Старуха полезла под кровать и достала оттуда кастрюлю с пооббитой зеленой эмалью. В кастрюле хранилось десятка два яиц, Булаиха переложила их на шесток и глянула через кастрюлю на свет.
– Вот, гляди, коль ты мастер лудить-паять.
Цыган взял кастрюлю в руки, заглянул в нее и, показалось Булаихе, вроде бы даже растерялся.
– Ца-ца-ца, – сказал цыган и почесал в затылке и еще раз повторил: – Ца-ца-ца…
И тут же что-то вспомнил.
– Давай молоток, бабуся. Есть молоток?
– Есть. У меня старик сапожничал.
– Тогда и лапку давай, – обрадовался цыган.
Старуха пошла швыряться за печкой, а Полуян тем временем выскочил во двор и вернулся с куском алюминиевой проволоки.
На глазах у несколько озадаченной Булаихи постоялец отрубил от принесенной проволоки совсем малую дольку и ловко заклепал ею дырку в дне кастрюли. Причем использовал сапожную лапку точно так, как это делают сапожники, когда вгоняют гвоздь в каблук обувки.
– Держи, бабуся! Цыган нигде не пропадет, тайлаз бимать!
Полуян был рад, сиял.
– Экий ты скорый, – сказала старуха с восхищением и в то же время с недоверием, поэтому тут же налила в кастрюлю воды и стала подсовывать под дно ладонь – мокнет или нет?

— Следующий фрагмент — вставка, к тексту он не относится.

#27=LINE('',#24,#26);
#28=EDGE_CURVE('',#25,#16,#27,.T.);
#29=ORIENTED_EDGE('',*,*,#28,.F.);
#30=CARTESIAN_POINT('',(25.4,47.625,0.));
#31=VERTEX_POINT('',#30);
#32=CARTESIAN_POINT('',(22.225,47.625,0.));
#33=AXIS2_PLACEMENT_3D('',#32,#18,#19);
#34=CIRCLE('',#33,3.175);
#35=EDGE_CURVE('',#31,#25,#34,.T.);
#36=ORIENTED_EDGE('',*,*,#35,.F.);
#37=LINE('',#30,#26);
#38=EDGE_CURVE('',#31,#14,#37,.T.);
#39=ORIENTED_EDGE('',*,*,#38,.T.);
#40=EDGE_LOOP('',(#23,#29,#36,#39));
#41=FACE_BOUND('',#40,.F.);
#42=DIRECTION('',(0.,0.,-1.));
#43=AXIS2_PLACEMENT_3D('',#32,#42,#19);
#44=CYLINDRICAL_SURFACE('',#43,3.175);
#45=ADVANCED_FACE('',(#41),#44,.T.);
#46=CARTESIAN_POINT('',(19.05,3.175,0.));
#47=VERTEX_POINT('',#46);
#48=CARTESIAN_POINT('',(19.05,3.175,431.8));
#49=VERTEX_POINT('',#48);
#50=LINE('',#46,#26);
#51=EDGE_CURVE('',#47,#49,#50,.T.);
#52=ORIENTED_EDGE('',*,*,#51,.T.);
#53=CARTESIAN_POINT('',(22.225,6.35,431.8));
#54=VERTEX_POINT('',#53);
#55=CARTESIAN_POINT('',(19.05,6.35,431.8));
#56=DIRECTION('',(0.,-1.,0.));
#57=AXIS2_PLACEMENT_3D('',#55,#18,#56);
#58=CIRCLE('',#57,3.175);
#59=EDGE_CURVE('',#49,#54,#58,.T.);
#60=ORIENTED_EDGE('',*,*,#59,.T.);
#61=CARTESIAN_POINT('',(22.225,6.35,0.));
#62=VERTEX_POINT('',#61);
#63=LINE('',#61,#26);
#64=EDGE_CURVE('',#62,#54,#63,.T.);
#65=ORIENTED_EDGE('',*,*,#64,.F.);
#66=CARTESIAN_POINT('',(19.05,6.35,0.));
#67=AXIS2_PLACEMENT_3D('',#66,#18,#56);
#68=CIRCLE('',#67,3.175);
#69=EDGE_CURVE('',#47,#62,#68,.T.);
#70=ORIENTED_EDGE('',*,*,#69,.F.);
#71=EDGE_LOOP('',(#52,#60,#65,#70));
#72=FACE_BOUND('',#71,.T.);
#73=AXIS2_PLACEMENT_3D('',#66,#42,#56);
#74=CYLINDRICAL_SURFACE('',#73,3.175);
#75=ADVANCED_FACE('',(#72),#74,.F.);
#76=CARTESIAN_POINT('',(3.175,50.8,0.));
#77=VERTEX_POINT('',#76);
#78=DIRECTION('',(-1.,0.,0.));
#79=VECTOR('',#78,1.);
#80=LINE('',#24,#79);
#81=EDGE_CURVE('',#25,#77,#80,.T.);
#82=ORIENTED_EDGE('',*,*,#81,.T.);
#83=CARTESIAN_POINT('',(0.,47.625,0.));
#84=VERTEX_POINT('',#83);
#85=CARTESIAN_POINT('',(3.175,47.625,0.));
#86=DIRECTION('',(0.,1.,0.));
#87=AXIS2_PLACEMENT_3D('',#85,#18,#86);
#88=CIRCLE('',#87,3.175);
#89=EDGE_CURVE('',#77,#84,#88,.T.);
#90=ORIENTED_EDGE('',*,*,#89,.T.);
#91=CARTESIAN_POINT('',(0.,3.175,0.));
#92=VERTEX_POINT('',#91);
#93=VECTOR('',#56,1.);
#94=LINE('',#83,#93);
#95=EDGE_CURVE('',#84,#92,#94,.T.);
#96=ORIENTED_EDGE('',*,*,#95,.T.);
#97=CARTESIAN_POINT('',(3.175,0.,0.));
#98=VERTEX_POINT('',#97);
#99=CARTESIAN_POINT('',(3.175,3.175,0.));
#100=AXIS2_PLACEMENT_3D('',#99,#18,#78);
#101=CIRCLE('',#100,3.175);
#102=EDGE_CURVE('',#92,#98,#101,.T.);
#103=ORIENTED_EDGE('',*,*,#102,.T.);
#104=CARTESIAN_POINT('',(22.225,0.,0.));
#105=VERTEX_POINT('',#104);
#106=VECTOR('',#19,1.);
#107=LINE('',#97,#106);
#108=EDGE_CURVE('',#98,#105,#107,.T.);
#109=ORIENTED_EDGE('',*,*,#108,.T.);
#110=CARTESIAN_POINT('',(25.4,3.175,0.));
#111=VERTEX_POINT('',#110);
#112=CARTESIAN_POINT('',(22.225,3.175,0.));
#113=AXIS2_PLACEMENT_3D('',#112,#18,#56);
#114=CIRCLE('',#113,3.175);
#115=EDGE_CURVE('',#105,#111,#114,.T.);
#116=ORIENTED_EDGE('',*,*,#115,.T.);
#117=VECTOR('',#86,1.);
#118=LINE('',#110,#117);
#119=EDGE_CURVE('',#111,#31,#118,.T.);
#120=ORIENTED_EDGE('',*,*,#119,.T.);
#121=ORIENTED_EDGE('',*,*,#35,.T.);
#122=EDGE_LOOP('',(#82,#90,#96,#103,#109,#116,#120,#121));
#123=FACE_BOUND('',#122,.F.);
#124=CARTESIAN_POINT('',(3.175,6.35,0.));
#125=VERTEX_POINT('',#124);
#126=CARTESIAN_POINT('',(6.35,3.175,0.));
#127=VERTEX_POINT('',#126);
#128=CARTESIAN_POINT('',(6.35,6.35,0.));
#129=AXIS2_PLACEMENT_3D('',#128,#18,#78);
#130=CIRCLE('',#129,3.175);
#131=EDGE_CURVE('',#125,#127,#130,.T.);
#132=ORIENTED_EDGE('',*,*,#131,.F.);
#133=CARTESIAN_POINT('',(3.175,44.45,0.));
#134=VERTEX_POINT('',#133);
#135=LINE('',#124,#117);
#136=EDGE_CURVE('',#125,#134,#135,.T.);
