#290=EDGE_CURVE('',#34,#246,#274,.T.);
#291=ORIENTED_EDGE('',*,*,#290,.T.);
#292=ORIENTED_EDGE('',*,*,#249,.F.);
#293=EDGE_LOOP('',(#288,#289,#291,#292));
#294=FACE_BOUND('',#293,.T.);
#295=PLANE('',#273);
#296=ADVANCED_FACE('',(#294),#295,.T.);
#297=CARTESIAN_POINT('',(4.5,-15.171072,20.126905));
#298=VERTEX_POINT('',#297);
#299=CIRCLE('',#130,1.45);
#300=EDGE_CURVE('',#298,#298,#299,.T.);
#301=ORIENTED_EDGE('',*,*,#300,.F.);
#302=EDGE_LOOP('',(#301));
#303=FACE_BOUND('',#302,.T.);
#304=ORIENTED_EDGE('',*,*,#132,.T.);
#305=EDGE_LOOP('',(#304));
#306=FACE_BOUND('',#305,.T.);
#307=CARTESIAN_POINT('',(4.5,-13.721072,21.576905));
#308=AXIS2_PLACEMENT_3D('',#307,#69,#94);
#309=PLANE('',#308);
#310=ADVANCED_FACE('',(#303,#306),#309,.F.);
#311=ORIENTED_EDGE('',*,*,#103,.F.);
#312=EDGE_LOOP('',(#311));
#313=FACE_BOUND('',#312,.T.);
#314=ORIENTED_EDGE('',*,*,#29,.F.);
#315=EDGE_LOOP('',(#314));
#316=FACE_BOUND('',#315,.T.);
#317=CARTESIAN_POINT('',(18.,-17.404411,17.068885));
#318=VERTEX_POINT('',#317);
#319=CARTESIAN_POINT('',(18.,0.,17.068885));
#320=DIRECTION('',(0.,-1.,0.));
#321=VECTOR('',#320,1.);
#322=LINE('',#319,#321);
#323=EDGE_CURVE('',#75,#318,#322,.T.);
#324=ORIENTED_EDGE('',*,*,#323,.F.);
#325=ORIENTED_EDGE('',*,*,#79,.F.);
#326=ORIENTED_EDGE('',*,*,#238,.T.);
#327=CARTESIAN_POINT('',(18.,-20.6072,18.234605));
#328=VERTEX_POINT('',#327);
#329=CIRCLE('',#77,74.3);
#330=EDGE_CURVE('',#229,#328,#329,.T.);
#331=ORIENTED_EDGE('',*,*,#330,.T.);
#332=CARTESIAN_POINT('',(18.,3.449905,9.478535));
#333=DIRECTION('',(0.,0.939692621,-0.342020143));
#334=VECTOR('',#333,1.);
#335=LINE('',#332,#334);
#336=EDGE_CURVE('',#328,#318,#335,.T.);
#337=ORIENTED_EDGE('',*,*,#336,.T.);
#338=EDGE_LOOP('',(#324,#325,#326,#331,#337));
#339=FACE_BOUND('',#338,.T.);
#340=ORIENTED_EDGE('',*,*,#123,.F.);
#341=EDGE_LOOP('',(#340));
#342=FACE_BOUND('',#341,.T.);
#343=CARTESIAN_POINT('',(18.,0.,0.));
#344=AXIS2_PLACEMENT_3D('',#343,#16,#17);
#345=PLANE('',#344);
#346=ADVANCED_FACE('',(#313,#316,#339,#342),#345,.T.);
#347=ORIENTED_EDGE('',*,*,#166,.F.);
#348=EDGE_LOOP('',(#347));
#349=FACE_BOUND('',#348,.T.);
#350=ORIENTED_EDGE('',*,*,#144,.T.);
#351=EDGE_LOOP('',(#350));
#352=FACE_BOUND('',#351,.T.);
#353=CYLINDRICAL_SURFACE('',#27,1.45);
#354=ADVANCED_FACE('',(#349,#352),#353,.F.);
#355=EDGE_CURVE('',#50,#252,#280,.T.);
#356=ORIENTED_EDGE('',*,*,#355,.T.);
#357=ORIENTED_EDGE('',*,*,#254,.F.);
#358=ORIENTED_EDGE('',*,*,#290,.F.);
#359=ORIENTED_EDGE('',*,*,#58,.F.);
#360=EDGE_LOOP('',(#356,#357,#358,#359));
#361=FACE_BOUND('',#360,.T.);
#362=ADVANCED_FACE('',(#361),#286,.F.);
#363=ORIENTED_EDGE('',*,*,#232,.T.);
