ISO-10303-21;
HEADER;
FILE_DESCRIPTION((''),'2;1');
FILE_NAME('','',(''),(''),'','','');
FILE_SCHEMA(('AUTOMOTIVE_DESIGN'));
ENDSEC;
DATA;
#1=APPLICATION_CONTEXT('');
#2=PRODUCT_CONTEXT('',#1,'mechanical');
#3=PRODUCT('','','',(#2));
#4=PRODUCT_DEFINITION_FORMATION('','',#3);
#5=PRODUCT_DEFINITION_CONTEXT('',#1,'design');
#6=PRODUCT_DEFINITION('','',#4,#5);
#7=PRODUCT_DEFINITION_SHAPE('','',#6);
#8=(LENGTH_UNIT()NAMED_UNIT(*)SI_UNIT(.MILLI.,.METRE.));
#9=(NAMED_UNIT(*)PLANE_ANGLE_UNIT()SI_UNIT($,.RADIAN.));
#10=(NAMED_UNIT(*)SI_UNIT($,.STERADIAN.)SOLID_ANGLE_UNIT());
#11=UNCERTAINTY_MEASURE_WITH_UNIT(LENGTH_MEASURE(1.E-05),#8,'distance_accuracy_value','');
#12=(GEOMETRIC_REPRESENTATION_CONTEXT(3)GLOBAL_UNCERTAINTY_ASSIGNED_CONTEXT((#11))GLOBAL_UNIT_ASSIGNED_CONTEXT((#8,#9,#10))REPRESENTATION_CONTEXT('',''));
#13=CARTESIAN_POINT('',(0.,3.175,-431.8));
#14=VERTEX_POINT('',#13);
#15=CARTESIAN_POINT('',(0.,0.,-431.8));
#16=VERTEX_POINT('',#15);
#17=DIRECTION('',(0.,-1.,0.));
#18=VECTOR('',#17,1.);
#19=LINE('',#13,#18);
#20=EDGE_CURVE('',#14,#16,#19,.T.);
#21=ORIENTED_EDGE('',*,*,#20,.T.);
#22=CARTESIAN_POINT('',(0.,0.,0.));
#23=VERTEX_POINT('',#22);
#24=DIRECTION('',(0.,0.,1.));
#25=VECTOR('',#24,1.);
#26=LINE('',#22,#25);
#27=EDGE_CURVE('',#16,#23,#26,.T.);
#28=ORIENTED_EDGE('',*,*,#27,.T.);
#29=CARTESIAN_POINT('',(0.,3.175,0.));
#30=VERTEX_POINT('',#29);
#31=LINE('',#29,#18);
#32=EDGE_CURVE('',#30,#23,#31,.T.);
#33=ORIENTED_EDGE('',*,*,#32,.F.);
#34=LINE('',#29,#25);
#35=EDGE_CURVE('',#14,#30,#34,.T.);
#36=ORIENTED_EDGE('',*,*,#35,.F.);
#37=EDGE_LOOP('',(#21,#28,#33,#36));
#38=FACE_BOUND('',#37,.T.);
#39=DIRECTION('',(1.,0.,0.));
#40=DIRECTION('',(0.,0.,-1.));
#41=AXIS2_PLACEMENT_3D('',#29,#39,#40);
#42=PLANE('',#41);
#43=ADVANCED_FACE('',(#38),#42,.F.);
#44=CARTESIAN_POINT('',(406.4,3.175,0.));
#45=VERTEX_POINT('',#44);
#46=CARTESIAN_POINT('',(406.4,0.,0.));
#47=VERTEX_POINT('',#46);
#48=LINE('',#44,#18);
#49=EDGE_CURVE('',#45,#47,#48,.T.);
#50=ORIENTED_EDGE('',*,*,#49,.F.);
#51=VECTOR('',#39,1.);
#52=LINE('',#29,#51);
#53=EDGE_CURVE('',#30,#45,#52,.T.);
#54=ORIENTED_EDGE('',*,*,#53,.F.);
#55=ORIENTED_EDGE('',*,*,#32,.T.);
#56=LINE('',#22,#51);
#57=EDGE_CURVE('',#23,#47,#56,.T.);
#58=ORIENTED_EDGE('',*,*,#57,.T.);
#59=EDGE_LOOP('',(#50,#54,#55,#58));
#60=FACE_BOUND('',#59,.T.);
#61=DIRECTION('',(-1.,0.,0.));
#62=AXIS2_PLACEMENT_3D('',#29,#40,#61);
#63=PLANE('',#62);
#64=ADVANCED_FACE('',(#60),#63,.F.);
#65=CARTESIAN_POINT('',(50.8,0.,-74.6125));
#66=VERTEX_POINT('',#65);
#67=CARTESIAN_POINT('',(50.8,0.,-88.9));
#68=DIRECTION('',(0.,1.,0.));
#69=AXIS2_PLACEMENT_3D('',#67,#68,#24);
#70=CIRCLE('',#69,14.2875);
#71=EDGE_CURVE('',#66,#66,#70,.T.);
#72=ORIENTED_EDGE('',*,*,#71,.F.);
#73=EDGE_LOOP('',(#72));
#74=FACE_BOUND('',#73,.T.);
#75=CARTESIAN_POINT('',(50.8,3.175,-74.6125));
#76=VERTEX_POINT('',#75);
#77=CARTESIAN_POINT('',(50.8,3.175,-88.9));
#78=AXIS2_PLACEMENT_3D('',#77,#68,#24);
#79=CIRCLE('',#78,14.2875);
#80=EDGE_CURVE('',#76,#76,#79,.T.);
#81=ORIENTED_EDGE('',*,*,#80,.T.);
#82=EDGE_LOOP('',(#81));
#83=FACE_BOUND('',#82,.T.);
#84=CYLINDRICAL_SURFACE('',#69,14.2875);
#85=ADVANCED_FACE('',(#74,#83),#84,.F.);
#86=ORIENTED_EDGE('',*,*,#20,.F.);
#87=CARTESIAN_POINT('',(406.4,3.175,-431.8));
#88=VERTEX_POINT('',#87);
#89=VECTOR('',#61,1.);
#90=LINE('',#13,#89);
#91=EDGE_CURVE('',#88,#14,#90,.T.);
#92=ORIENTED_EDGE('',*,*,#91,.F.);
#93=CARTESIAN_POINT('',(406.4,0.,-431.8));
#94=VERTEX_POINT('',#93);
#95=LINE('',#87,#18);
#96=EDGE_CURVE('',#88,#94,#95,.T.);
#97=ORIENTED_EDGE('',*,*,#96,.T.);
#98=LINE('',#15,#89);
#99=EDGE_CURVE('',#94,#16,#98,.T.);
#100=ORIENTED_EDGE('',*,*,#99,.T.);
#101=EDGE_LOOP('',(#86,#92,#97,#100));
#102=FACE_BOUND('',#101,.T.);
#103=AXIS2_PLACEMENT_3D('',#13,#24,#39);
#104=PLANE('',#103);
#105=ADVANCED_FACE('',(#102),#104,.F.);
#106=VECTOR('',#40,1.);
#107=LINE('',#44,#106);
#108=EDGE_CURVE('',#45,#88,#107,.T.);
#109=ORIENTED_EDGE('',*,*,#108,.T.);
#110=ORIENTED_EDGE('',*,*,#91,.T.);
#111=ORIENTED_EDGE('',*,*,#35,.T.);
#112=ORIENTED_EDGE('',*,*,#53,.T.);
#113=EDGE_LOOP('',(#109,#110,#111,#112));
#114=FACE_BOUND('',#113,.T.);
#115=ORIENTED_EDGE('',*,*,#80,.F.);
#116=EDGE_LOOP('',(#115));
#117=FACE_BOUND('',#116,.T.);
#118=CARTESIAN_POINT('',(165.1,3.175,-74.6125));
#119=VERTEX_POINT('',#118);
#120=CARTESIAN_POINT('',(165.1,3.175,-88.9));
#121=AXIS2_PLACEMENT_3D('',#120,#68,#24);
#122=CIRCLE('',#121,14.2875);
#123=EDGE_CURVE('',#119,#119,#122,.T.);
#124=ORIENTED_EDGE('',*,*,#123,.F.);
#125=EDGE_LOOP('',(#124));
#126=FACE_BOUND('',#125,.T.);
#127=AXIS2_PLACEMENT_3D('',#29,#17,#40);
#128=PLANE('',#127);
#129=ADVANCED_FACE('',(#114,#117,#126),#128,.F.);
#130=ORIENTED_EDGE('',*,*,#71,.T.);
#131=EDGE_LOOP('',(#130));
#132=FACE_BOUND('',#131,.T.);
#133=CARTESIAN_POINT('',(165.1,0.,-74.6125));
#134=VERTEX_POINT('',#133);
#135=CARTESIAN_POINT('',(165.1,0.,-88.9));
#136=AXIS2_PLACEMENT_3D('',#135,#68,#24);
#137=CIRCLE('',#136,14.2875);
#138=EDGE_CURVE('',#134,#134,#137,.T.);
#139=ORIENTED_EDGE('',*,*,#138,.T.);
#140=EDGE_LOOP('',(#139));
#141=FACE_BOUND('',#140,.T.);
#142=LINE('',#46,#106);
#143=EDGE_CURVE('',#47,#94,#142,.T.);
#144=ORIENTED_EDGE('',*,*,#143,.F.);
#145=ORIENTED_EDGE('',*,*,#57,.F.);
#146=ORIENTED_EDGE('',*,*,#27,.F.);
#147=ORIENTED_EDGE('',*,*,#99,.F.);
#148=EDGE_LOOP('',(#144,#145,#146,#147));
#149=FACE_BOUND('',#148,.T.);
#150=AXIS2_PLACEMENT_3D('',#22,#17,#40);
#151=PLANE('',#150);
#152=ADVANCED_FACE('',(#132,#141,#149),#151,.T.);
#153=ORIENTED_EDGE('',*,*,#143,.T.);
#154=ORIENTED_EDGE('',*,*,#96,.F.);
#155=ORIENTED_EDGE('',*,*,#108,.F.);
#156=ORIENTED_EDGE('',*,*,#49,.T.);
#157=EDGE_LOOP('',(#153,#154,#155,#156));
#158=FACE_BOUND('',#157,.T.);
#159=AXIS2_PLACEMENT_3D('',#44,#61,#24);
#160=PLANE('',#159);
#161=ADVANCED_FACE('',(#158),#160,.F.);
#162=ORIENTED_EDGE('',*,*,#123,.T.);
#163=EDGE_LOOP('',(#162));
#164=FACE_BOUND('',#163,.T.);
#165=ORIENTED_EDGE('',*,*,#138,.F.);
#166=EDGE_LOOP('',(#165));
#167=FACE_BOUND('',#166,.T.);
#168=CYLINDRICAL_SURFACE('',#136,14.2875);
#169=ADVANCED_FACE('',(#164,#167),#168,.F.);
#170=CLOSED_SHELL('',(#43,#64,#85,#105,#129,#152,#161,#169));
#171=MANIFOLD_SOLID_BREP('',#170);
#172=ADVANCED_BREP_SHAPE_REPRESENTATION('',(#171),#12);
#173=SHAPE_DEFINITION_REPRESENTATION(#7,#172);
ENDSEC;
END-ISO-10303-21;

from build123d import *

# Parameters (mm, degrees)
SKETCH1_W           = 406.4
SKETCH1_H           = 431.8
BOSS_EXTRUDE1_DEPTH = 3.175
SKETCH2_R           = 14.2875
CUT_EXTRUDE1_DEPTH  = 3.175


with BuildPart() as part:
    # Sketch1 → Boss-Extrude1 (new body)
    with BuildSketch(Plane(origin=(0, 0, 0), x_dir=(1, 0, 0), z_dir=(0, 1, 0))):
        with Locations((203.2, 215.9)):
            Rectangle(SKETCH1_W, SKETCH1_H)
    extrude(amount=BOSS_EXTRUDE1_DEPTH)

    # Sketch2 → Cut-Extrude1 (cut)
    with BuildSketch(Plane(origin=(0, 3.175, 0), x_dir=(1, 0, 0), z_dir=(0, 1, 0))):
        with Locations((50.8, 88.9)):
            Circle(SKETCH2_R)
        with Locations((165.1, 88.9)):
            Circle(SKETCH2_R)
    extrude(amount=-CUT_EXTRUDE1_DEPTH, mode=Mode.SUBTRACT)


solid = part.part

Кастрюля не подтекала. Но старуха все еще сомневалась.
– Больно уж хозяйственный, гляжу. Ты, случаем, не от семьи скрылся? Может, и у цыган мода пошла семью бросать?..
– Вот, тайлаз бимать! Я же тебе, бабуся, паспорт отдал. Там ясно видно – холостой! У вас женюсь. Ищи невесту – свадьбу сбацаем.
Булаиха отмахнулась рукой, но уже обмякла, даже улыбнулась. Отмахнулась так: да ну, мол, тебя.